Which lines in the data contain the word "circumscribed"? Please copy each of them.

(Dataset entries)
********************
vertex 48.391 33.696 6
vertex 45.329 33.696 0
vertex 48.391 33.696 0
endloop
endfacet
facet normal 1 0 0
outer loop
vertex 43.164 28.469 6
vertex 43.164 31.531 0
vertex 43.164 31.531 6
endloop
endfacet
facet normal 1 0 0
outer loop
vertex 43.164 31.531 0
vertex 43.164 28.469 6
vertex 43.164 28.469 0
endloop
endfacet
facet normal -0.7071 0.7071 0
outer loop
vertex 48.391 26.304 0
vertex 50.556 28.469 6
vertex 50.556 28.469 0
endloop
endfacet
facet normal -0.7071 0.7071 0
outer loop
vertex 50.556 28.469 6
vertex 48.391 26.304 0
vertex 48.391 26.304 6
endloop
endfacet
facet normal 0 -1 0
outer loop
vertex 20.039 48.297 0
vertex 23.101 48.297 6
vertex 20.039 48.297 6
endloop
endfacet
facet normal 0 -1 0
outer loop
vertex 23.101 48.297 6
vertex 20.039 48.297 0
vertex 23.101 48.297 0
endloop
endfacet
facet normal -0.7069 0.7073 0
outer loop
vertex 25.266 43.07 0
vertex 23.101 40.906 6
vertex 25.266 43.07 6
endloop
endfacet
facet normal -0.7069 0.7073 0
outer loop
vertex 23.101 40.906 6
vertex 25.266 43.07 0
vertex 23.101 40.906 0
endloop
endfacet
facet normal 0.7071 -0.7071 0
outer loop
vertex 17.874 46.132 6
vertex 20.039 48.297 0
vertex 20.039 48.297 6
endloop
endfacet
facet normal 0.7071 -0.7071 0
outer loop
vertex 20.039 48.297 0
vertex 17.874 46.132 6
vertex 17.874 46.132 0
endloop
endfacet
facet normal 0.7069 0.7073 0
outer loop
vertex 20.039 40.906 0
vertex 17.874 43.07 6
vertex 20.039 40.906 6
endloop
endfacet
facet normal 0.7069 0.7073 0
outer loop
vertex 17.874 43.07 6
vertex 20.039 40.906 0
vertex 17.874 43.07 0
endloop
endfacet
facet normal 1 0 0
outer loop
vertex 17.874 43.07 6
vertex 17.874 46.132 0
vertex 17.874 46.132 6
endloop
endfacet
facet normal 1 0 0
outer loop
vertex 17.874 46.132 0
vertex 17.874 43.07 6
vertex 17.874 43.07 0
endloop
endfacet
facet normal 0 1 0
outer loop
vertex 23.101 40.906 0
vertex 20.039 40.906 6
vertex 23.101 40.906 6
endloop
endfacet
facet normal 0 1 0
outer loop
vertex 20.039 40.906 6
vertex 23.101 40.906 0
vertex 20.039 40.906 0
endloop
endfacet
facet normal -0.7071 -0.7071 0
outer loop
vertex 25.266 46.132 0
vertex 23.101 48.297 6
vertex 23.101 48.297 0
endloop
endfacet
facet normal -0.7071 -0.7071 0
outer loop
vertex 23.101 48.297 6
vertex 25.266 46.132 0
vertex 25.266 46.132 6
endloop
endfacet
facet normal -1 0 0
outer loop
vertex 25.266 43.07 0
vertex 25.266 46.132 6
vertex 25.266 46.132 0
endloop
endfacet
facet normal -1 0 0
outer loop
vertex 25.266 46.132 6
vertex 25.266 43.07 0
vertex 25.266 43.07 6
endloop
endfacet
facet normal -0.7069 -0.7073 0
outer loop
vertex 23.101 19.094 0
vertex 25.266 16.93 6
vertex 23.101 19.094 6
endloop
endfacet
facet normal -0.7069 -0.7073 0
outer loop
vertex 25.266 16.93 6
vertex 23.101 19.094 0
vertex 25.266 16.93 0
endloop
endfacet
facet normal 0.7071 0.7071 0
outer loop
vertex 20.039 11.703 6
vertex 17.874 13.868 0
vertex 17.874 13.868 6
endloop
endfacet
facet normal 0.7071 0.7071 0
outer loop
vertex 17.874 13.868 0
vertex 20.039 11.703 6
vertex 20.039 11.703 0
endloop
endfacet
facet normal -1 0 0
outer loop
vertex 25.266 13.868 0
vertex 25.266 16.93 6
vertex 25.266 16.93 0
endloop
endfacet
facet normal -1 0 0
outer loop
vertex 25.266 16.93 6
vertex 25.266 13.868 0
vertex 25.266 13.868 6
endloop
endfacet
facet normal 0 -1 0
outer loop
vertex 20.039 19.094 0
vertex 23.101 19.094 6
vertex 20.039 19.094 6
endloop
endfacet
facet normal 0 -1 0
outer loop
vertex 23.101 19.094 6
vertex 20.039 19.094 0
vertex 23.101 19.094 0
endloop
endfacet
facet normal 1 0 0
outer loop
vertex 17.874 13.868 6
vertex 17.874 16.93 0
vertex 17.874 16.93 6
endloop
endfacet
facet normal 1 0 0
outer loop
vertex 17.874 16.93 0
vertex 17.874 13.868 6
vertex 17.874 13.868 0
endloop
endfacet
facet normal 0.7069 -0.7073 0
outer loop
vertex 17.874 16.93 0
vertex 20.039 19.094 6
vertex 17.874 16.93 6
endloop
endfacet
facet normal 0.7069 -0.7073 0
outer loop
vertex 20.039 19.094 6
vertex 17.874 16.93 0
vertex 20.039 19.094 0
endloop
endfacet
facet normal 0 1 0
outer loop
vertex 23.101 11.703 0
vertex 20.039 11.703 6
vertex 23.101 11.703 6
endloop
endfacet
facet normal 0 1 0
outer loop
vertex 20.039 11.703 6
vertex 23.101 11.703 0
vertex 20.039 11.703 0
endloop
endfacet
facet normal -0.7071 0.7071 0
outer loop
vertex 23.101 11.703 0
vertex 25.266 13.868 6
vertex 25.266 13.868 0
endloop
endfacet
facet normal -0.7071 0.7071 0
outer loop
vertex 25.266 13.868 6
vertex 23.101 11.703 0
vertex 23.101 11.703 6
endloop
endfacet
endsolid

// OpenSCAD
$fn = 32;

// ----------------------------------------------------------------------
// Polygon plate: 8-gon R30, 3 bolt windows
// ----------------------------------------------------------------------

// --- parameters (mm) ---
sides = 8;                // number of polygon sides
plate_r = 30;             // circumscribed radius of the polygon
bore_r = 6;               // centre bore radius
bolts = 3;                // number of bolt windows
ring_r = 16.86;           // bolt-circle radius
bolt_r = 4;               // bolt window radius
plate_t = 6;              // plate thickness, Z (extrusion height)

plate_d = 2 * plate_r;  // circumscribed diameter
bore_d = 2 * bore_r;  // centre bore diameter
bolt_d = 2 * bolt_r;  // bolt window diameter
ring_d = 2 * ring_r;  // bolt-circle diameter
********************
### SOLUTION
plate_r = 30;             // circumscribed radius of the polygon
plate_d = 2 * plate_r;  // circumscribed diameter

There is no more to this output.